Europe unites in face of Putin’s ambition
The decisions by Finland and Sweden to abandon the neutrality they adhered to for decades and apply to join NATO is the strongest indication yet of a profound change in Europe in the face of an aggressive Russian imperial project.
The two Scandinavian states have in effect made clear that they expect the threat from President Vladimir Putin’s Russia to be enduring, that they will not be cowed by it, and that after the Russian butchery in Bucha, Ukraine, there is no room for bystanders. Theirs is a declaration of Western resolve.
“Military nonalignment has served Sweden well, but our conclusion is that it won’t serve us equally well in the future,” Sweden’s prime minister, Magdalena Andersson, said Sunday. “This is not a decision to be taken lightly.”
Because the Finnish and Swedish militaries are already well integrated with NATO, one reason the application process may go quickly, the immediate impact of the countries’ change of strategic course in light of Russia’s invasion of Ukraine will be less practical than political.
This is a new Europe in which there is no more in-between space. Countries are either protected by NATO or they are on their own against a Russia ruled by a man determined to assert Russia’s place on the world stage through force. For Sweden, and especially for Finland, with its 810-mile border with Russia, Putin’s decision to invade a neighbor could not be ignored.

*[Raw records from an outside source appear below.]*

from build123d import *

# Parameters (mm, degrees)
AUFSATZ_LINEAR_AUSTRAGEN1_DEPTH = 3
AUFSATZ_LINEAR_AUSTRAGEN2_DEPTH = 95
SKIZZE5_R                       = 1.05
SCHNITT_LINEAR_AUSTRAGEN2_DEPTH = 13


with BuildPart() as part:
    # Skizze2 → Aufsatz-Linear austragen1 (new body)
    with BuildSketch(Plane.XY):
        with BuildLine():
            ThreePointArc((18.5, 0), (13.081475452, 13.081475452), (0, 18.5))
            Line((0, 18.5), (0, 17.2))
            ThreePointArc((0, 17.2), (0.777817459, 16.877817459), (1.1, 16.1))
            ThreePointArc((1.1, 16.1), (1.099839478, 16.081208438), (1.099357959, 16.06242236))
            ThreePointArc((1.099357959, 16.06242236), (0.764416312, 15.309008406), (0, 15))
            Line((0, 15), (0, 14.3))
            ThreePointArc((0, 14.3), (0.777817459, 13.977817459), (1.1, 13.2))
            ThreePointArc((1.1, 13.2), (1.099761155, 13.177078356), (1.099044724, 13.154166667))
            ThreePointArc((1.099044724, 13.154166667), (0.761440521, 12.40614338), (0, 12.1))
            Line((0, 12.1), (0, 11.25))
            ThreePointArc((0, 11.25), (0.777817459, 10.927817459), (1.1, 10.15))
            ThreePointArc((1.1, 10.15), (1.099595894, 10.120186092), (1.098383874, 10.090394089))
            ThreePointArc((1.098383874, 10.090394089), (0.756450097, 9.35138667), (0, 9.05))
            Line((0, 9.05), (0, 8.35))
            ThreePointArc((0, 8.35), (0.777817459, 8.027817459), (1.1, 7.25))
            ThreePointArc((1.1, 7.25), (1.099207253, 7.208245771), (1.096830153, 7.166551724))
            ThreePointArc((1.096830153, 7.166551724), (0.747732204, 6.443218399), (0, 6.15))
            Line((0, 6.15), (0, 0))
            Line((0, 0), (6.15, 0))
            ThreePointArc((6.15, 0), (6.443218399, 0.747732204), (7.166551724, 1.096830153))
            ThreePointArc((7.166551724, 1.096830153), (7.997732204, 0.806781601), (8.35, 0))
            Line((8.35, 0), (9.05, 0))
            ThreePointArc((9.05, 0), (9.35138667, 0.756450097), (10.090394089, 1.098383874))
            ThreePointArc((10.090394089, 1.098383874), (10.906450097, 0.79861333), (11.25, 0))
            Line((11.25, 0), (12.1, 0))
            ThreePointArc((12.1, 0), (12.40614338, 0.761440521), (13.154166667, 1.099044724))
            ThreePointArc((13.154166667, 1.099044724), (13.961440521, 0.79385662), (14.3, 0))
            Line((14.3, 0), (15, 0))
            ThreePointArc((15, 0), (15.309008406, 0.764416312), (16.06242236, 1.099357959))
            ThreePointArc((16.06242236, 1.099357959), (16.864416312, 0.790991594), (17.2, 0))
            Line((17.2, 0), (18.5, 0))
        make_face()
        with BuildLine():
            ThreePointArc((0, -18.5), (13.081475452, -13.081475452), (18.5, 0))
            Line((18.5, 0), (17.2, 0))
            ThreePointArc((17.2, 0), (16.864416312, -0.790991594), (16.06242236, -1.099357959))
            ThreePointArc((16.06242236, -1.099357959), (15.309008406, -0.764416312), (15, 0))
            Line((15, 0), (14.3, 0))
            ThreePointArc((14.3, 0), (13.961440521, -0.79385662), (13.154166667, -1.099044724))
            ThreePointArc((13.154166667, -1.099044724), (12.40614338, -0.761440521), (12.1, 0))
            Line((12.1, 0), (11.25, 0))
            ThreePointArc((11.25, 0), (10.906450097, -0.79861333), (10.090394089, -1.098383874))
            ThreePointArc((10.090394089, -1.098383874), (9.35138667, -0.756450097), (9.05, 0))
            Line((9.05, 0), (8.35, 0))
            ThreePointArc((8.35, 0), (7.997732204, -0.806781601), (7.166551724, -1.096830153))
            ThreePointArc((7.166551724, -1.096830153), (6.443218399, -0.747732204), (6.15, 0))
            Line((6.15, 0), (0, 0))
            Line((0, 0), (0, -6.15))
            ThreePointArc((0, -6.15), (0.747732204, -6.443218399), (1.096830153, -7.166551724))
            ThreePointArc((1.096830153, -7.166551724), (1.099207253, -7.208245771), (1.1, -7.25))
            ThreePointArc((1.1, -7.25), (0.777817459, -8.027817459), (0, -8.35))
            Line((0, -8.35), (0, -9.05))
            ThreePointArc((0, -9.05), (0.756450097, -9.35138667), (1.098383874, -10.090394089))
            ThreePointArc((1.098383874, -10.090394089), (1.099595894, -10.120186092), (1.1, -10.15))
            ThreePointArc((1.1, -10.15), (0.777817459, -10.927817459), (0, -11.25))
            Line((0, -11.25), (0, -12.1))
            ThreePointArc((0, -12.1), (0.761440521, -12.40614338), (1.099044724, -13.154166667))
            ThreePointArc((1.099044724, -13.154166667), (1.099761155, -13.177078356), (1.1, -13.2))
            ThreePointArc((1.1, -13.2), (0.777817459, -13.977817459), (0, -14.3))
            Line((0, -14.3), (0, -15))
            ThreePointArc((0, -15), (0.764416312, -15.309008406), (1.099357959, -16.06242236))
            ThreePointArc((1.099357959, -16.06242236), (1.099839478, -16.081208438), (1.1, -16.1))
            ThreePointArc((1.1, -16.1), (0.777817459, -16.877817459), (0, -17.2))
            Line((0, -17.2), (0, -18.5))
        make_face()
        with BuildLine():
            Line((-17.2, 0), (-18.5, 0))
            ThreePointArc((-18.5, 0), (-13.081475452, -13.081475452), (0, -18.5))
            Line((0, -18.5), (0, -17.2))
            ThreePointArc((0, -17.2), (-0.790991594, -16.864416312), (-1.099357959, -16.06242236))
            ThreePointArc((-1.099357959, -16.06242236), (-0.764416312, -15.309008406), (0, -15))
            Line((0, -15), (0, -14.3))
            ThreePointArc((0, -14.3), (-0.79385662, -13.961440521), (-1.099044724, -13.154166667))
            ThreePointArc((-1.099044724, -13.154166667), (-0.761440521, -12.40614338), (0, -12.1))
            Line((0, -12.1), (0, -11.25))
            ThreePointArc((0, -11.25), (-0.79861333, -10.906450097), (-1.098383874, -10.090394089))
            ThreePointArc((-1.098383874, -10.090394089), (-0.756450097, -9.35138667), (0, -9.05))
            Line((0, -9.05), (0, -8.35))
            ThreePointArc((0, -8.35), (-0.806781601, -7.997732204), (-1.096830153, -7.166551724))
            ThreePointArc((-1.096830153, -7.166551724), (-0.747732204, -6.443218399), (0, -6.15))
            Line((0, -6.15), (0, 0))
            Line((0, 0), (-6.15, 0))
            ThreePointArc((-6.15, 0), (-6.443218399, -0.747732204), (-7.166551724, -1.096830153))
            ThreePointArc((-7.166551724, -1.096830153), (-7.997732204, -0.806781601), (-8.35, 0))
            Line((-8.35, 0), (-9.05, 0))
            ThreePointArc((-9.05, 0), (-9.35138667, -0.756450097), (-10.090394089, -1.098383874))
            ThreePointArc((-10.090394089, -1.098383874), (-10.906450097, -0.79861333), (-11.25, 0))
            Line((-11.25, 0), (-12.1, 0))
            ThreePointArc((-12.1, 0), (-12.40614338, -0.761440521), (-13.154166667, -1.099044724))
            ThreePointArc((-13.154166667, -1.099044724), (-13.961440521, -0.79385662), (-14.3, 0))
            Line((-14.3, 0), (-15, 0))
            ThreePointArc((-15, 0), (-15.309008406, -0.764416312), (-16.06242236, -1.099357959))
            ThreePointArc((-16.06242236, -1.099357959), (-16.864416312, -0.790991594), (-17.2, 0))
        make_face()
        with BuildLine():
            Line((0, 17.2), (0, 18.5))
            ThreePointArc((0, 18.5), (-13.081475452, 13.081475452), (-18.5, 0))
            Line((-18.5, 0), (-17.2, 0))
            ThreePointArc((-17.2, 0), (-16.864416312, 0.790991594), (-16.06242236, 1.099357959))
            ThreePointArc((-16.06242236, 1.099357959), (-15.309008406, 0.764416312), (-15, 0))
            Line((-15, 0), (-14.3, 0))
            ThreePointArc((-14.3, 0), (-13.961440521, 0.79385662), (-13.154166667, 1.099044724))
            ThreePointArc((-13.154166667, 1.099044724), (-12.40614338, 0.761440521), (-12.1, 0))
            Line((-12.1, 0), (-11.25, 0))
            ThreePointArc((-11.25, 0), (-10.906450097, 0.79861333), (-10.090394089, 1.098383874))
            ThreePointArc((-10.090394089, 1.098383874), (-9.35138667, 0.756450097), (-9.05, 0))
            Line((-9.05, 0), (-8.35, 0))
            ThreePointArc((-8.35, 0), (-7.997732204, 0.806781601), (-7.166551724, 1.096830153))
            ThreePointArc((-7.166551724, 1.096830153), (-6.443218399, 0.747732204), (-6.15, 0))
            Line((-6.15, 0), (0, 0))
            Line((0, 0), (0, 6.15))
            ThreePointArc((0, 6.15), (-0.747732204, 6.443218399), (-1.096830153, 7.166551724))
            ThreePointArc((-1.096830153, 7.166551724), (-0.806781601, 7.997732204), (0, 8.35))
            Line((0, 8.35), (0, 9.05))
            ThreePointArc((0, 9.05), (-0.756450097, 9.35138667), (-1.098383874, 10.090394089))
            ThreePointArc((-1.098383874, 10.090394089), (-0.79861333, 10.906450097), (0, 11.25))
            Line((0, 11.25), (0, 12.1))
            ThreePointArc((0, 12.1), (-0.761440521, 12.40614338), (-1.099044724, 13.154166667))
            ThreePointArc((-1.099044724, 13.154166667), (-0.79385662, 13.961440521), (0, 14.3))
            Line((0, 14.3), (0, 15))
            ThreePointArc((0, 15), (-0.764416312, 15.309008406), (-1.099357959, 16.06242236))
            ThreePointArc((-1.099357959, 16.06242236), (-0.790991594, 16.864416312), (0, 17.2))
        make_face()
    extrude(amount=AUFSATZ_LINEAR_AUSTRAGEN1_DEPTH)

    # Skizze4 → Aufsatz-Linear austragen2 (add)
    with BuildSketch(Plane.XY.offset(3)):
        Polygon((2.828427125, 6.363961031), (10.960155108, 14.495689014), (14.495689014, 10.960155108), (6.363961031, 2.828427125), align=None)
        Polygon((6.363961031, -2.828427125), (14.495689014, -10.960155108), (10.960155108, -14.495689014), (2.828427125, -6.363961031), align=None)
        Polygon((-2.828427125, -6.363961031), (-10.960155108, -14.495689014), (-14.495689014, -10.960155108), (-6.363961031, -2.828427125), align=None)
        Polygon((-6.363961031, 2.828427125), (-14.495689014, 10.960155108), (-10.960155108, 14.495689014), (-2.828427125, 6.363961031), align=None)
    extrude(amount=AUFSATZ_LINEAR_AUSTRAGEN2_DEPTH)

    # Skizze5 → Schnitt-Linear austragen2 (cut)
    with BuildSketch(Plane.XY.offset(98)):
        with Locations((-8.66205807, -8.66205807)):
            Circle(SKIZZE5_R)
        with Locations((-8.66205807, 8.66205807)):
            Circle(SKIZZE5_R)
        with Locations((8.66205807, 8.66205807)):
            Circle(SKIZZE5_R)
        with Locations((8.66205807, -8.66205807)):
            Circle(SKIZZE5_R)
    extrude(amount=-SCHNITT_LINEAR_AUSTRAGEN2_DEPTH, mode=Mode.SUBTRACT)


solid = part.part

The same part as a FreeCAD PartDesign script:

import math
import FreeCAD as App
import Part
import Sketcher
from FreeCAD import Vector

doc = App.newDocument("Part")
body = doc.addObject("PartDesign::Body", "Body")

# Sketch on XY plane
sketch1 = body.newObject("Sketcher::SketchObject", "Sketch")
sketch1.AttachmentSupport = (doc.getObject("XY_Plane"), [""])
sketch1.MapMode = "FlatFace"
sketch1.addGeometry([
    Part.ArcOfCircle(Part.Circle(Vector(0, 0, 0), Vector(0, 0, 1), 18.5), math.radians(0), math.radians(90)),  # 0
    Part.ArcOfCircle(Part.Circle(Vector(0, 0, 0), Vector(0, 0, 1), 18.5), math.radians(90), math.radians(180)),  # 1
    Part.ArcOfCircle(Part.Circle(Vector(0, 0, 0), Vector(0, 0, 1), 18.5), math.radians(180), math.radians(270)),  # 2
    Part.ArcOfCircle(Part.Circle(Vector(0, 0, 0), Vector(0, 0, 1), 18.5), math.radians(-90), math.radians(0)),  # 3
    Part.ArcOfCircle(Part.Circle(Vector(0, 16.1, 0), Vector(0, 0, 1), 1.1), math.radians(0), math.radians(90)),  # 4
    Part.ArcOfCircle(Part.Circle(Vector(0, 16.1, 0), Vector(0, 0, 1), 1.1), math.radians(-1.96), math.radians(0)),  # 5
    Part.ArcOfCircle(Part.Circle(Vector(0, 16.1, 0), Vector(0, 0, 1), 1.1), math.radians(-90), math.radians(-2)),  # 6
    Part.ArcOfCircle(Part.Circle(Vector(0, 16.1, 0), Vector(0, 0, 1), 1.1), math.radians(-178), math.radians(-90)),  # 7
    Part.ArcOfCircle(Part.Circle(Vector(0, 16.1, 0), Vector(0, 0, 1), 1.1), math.radians(90), math.radians(182)),  # 8
    Part.ArcOfCircle(Part.Circle(Vector(0, 13.2, 0), Vector(0, 0, 1), 1.1), math.radians(0), math.radians(90)),  # 9
    Part.ArcOfCircle(Part.Circle(Vector(0, 13.2, 0), Vector(0, 0, 1), 1.1), math.radians(-2.39), math.radians(0)),  # 10
    Part.ArcOfCircle(Part.Circle(Vector(0, 13.2, 0), Vector(0, 0, 1), 1.1), math.radians(-90), math.radians(-2)),  # 11
    Part.ArcOfCircle(Part.Circle(Vector(0, 13.2, 0), Vector(0, 0, 1), 1.1), math.radians(-178), math.radians(-90)),  # 12
    Part.ArcOfCircle(Part.Circle(Vector(0, 13.2, 0), Vector(0, 0, 1), 1.1), math.radians(90), math.radians(182)),  # 13
    Part.ArcOfCircle(Part.Circle(Vector(0, 10.15, 0), Vector(0, 0, 1), 1.1), math.radians(0), math.radians(90)),  # 14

They were not alone. Germany, a generally pacifist nation since it emerged from the rubble of 1945, has embarked on a massive investment in its armed forces, as well as an attempt to wean itself of dependence on energy from a Russia it had judged as, if not innocuous, at least a reliable business partner.
“NATO enlargement was never a cause of Mr. Putin’s decision to invade Ukraine, but it is certainly a consequence,” said Nathalie Tucci, the director of the Institute for International Affairs in Rome. “Sweden and Finland now see a Russia that is revanchist and revisionist in a way that is much more dangerous than during the latter part of the Cold War.”
Sweden and Finland judged neutrality to be in their interests when faced by the Soviet threat, and in the Swedish case for centuries before that. They did not alter course, although they did join the European Union, in the more than three decades since the Cold War’s end.
The shift in sentiment in the two countries in the past several months has been dramatic, one measure of how Putin’s determination to push NATO back and weaken support for it has produced the opposite effect — the rebirth of an alliance that had been casting around for a generation for a convincing reason to exist.
Where no more than one-quarter of the population in Sweden and Finland supported joining NATO last year, that number has risen sharply today — hitting 76% in a recent poll in Finland. Sweden’s governing Social Democratic Party, the country’s largest party and long a bastion of nonalignment, has embraced NATO membership in an extraordinary turnabout.
“Putin climbed into a tree and does not know how to get down,” said Nicole Bacharan, a French foreign policy analyst. “Now he will face a NATO that is stronger and bigger and more determined.”
Article 3 of NATO’S founding treaty says that members must “maintain and develop their individual and collective capacity to resist armed attack” through “continuous and effective selfhelp and mutual aid.” In the case of Sweden and Finland, these capacities have already been extensively developed through close cooperation with NATO.
Carl Bildt, a former Swedish prime minister and foreign minister, said: “We were on a glide path to a closer relationship with NATO. But rocket fuel was given to that particular path on Feb. 24” — the date the Russian invasion of Ukraine began.
He added: “Our decision reflects the view that Russia will remain a complicated place for a long time, and the war in Ukraine will be fairly long, with an erratic and highly revisionist leadership in the Kremlin for the foreseeable future.”
Asked if Sweden feared retaliation from Russia, Bildt said, “you never know with Russia, but the mood is fairly confident.”
In practice, both Finland and Sweden have lived for a long time with Russian nuclear weapons in nearby Kaliningrad, the Russian enclave sandwiched between Poland and Lithuania on the Baltic coast.
“These countries are used to Russian violations of their airspace, they know the risks are there,” Tucci said. “But the security gains with NATO are incomparably higher than any added risk.”
Still, Putin has alluded more than once to Russia’s sophisticated range of nuclear weapons, and suggested he would not hesitate to use them if provoked. That threat is there not only for Finland and Sweden as they abandon military nonalignment, but for all of Europe and beyond.
Tucci spoke during a visit to Estonia, one of the three Baltic states formerly part of the Soviet Union that joined NATO in 2004. “There is general delight here that the Baltic Sea will now be a NATO sea, and to Estonians, the Finnish and Swedish decisions feel like a vindication,” she said.
Europe is now largely united in its determination to resist Putin and ensure he does not win the war in Ukraine. The U.S., which had its own Russian illusions, has refocused on Europe and is determined not only to save Ukraine but to weaken Russia. These are not short-term ambitions.
“We do have a changed Europe,” Bildt said. “We will have a stronger NATO, with defense spending up, politically more cohesive, with a sense of purpose. We will also get a stronger European Union, with more complementarity between it and NATO.”